# Exercise materials:
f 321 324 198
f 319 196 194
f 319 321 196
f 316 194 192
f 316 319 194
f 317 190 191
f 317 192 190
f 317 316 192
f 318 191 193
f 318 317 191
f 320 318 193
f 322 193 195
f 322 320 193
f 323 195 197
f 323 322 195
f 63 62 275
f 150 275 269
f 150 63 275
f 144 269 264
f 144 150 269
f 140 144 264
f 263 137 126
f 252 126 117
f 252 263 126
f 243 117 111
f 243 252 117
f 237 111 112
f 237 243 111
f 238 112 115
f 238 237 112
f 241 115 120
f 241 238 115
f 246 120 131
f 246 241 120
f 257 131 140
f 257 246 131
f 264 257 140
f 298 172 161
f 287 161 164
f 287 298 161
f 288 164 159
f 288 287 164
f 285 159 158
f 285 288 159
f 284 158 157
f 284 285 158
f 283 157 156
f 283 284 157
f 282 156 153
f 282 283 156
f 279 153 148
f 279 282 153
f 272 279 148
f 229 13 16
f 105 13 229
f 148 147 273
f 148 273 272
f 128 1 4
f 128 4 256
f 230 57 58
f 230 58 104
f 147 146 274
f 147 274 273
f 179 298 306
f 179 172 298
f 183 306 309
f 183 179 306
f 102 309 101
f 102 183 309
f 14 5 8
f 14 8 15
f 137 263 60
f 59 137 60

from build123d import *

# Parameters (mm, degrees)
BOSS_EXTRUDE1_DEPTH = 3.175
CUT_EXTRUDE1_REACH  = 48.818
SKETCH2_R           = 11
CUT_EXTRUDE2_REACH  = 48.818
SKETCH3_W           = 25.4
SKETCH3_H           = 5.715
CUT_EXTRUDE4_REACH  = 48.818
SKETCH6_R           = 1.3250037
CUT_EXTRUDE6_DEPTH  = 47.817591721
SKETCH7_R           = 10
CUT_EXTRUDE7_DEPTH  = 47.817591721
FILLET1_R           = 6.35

# Required action:
Please write out the material word for word from its first line through the line holding "f 283 157 156", including both, and no line past it.

# Solution below:
f 321 324 198
f 319 196 194
f 319 321 196
f 316 194 192
f 316 319 194
f 317 190 191
f 317 192 190
f 317 316 192
f 318 191 193
f 318 317 191
f 320 318 193
f 322 193 195
f 322 320 193
f 323 195 197
f 323 322 195
f 63 62 275
f 150 275 269
f 150 63 275
f 144 269 264
f 144 150 269
f 140 144 264
f 263 137 126
f 252 126 117
f 252 263 126
f 243 117 111
f 243 252 117
f 237 111 112
f 237 243 111
f 238 112 115
f 238 237 112
f 241 115 120
f 241 238 115
f 246 120 131
f 246 241 120
f 257 131 140
f 257 246 131
f 264 257 140
f 298 172 161
f 287 161 164
f 287 298 161
f 288 164 159
f 288 287 164
f 285 159 158
f 285 288 159
f 284 158 157
f 284 285 158
f 283 157 156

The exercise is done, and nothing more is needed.